The "substituted compliance" concept is far from uncontroversial. SEC Commissioner Luis A. Aguilar, though voting in favor of the cross-border proposal, voiced some skepticism about "substituted compliance." Aguilar fears its application may work against the enhanced risk protections envisioned by the Dodd-Frank Act, and negate many of the protections of the new security based swaps regulatory regime.  He urged commenters to take a rigorous look at the proposed rules, and bring raise issues about the potential for regulatory arbitrage arising from ambiguities in some of the rule's classes of swaps participants.
 

The rule proposal seems to rely heavily on “substituted compliance,” a framework under which the Commission would permit compliance with comparable regulatory requirements in a foreign jurisdiction to substitute for compliance with the Securities Exchange Act of 1934 (“Exchange Act”) relating to security-based swaps. In particular, non-U.S. dealers that are registered with the Commission would be allowed to comply with the U.S. external business conduct rules through “substitute compliance” as an alternative to complying with the Exchange Act. External business conduct rules are necessary to ensure honesty and high ethical standards in the securities industry, as well as to promote confidence in our securities markets among domestic and foreign investors. The proposed rules would allow these SEC-registered entities to use “substituted compliance” for external business conduct rules, even as to transactions taking place within the United States involving U.S. persons.

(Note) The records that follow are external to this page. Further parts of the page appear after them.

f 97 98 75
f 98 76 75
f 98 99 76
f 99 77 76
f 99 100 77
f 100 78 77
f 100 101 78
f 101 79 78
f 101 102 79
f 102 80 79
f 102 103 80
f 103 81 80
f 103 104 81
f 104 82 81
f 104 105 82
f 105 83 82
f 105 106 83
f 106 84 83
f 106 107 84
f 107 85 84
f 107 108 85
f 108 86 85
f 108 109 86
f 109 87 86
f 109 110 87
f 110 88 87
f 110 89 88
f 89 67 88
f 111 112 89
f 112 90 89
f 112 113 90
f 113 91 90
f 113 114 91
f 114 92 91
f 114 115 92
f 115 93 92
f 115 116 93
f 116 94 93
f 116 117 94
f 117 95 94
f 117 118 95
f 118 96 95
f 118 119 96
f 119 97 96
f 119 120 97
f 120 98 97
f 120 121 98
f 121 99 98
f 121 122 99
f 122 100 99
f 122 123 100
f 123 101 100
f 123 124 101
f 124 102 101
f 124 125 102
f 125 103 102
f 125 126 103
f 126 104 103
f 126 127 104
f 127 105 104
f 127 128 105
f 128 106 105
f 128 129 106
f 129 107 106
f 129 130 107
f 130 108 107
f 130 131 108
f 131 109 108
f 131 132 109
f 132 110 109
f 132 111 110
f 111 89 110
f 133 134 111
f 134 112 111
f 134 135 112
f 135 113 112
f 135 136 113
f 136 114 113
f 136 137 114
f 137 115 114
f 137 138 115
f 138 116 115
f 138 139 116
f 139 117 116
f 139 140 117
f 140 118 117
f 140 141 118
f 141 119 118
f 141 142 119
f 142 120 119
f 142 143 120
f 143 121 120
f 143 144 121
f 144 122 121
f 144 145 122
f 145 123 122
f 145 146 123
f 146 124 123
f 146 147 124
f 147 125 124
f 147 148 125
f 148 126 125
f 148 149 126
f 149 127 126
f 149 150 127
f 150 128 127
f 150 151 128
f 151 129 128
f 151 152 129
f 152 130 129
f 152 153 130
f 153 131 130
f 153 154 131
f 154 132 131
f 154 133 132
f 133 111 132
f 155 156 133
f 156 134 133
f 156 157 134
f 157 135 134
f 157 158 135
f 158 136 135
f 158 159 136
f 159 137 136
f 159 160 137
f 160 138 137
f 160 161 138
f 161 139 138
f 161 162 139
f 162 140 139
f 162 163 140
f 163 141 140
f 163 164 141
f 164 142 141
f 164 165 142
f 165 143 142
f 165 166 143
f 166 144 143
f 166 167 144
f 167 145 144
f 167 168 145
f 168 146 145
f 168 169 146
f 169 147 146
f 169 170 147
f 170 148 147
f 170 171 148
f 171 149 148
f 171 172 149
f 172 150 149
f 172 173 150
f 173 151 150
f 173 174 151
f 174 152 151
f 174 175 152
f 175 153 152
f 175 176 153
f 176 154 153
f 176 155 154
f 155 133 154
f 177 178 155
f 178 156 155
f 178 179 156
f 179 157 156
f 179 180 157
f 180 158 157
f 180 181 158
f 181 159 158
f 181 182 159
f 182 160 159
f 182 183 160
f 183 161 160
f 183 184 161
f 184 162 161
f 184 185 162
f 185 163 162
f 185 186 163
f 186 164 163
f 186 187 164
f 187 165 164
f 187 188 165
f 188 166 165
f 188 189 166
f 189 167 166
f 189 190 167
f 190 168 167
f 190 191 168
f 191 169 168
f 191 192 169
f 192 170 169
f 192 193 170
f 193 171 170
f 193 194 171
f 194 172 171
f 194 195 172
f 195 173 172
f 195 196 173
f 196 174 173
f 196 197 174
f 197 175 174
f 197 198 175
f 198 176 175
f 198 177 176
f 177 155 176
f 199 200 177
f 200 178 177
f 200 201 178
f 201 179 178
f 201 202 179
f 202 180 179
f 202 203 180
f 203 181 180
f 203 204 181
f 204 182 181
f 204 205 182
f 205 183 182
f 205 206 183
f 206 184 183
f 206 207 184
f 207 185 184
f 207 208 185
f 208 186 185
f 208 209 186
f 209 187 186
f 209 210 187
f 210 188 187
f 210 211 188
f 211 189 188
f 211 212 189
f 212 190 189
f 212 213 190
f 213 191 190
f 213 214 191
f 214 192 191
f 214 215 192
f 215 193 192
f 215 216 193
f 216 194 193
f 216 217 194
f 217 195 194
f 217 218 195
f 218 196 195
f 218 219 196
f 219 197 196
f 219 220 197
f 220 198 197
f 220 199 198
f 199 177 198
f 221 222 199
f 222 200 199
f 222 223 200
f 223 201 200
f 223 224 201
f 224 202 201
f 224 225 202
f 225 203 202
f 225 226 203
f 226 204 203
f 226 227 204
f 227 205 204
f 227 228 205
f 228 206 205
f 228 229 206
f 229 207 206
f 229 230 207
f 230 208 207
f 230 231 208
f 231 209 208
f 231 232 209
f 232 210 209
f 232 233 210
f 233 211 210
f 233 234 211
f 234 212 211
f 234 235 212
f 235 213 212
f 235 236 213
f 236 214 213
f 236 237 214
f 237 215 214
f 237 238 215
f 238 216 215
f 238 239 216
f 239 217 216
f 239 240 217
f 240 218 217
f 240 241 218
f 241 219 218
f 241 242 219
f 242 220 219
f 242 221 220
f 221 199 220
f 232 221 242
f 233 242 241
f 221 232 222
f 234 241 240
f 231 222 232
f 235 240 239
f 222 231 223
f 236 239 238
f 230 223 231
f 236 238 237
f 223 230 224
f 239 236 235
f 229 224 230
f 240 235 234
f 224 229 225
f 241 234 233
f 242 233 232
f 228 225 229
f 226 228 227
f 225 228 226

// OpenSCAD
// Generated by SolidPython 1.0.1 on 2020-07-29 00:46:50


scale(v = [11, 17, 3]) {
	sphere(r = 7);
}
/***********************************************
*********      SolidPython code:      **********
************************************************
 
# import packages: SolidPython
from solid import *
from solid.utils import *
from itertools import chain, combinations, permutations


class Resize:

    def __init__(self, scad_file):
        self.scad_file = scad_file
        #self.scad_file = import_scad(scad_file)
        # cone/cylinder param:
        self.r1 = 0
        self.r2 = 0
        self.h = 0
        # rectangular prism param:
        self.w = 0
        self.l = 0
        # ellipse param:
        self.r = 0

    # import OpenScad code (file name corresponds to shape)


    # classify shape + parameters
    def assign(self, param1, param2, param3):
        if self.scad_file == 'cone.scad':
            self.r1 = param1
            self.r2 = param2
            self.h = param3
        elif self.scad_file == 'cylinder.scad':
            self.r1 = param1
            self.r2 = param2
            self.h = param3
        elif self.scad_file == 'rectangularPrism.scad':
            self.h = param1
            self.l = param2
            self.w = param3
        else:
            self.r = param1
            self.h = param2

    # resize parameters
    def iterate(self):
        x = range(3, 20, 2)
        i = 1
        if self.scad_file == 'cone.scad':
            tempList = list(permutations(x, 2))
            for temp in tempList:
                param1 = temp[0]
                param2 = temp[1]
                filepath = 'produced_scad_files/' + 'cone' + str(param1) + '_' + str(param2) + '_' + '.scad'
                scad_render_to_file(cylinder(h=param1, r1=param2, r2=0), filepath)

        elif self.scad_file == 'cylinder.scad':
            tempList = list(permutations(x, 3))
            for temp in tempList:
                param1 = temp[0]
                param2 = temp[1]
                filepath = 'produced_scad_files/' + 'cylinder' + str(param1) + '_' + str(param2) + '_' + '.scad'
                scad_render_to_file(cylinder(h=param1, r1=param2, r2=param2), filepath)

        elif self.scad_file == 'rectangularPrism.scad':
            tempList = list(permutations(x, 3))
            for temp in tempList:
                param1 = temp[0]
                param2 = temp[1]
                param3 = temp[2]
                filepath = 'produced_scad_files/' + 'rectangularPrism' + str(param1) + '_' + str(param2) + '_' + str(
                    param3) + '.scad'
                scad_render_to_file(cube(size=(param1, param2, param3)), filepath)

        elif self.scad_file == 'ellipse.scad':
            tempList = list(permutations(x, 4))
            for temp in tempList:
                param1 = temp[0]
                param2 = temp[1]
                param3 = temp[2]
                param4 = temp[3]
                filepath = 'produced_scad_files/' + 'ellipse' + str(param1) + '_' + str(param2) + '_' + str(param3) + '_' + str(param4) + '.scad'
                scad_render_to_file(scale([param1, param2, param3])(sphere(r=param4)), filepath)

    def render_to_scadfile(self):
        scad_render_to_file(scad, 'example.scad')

In particular, this approach would allow substituted compliance for transactions between registered non-U.S. dealers and a unique class of counterparties that Congress has identified as “special entities” needing enhanced protections.  It remains unclear whether these registered non-U.S. dealers, if required, would be able to act in the best interests of special entities in the United States. Under these circumstances, creating a substituted compliance regime may remove these enhanced protections, and, if so, would not seem to be consistent with Congressional intent. 
 
Therefore, I would like commenters’ views as to whether a substituted compliance regime will inappropriately deny American investors the protection of American laws


In addition to the proposed cross-border security based swap rules, the Commission also voted to reopen the comment periods on the various outstanding rulemaking releases and policy statement concerning security-based swaps and market participants to allow the public additional time to analyze and provide comments in light of our cross-border release.  This will give commenters even more opportunities to raise potential weaknesses in the proposed cross-border regime.

Though in command fewer than three weeks, the Commission's new chairman, Mary Jo White, has also been thinking carefully about the SEC's role on the global regulatory stage.  In a recent address before the Investment Company Institute, White said that in her first few weeks she has:

 

 

  • Attended meetings with the Secretary of the Treasury and central bank heads and regulatory chiefs from Canada, China, Europe, Japan, Mexico, Singapore and Switzerland. 
  • Been briefed for a meeting of the Financial Stability Board and a London meeting of the International Financial Reporting Standards Foundation Monitoring Board.
  • Reviewed, shaped, and voted on a thousand-page proposal for regulating cross-border derivatives transactions, which I’ll talk more about in just a few minutes.
  • Held personal meetings with the Vice Chair of the Japan Financial Services Agency and the Australian Securities and Investments Commission Chairman, who also is Chairman of the International Organization of Securities Commissions.
And this is only a partial list of my international activities.


White said that US financial regulations must not be thought of only in isolation because, "though the US has the safest, most resilient and robust markets in the world – we are not the only game in town."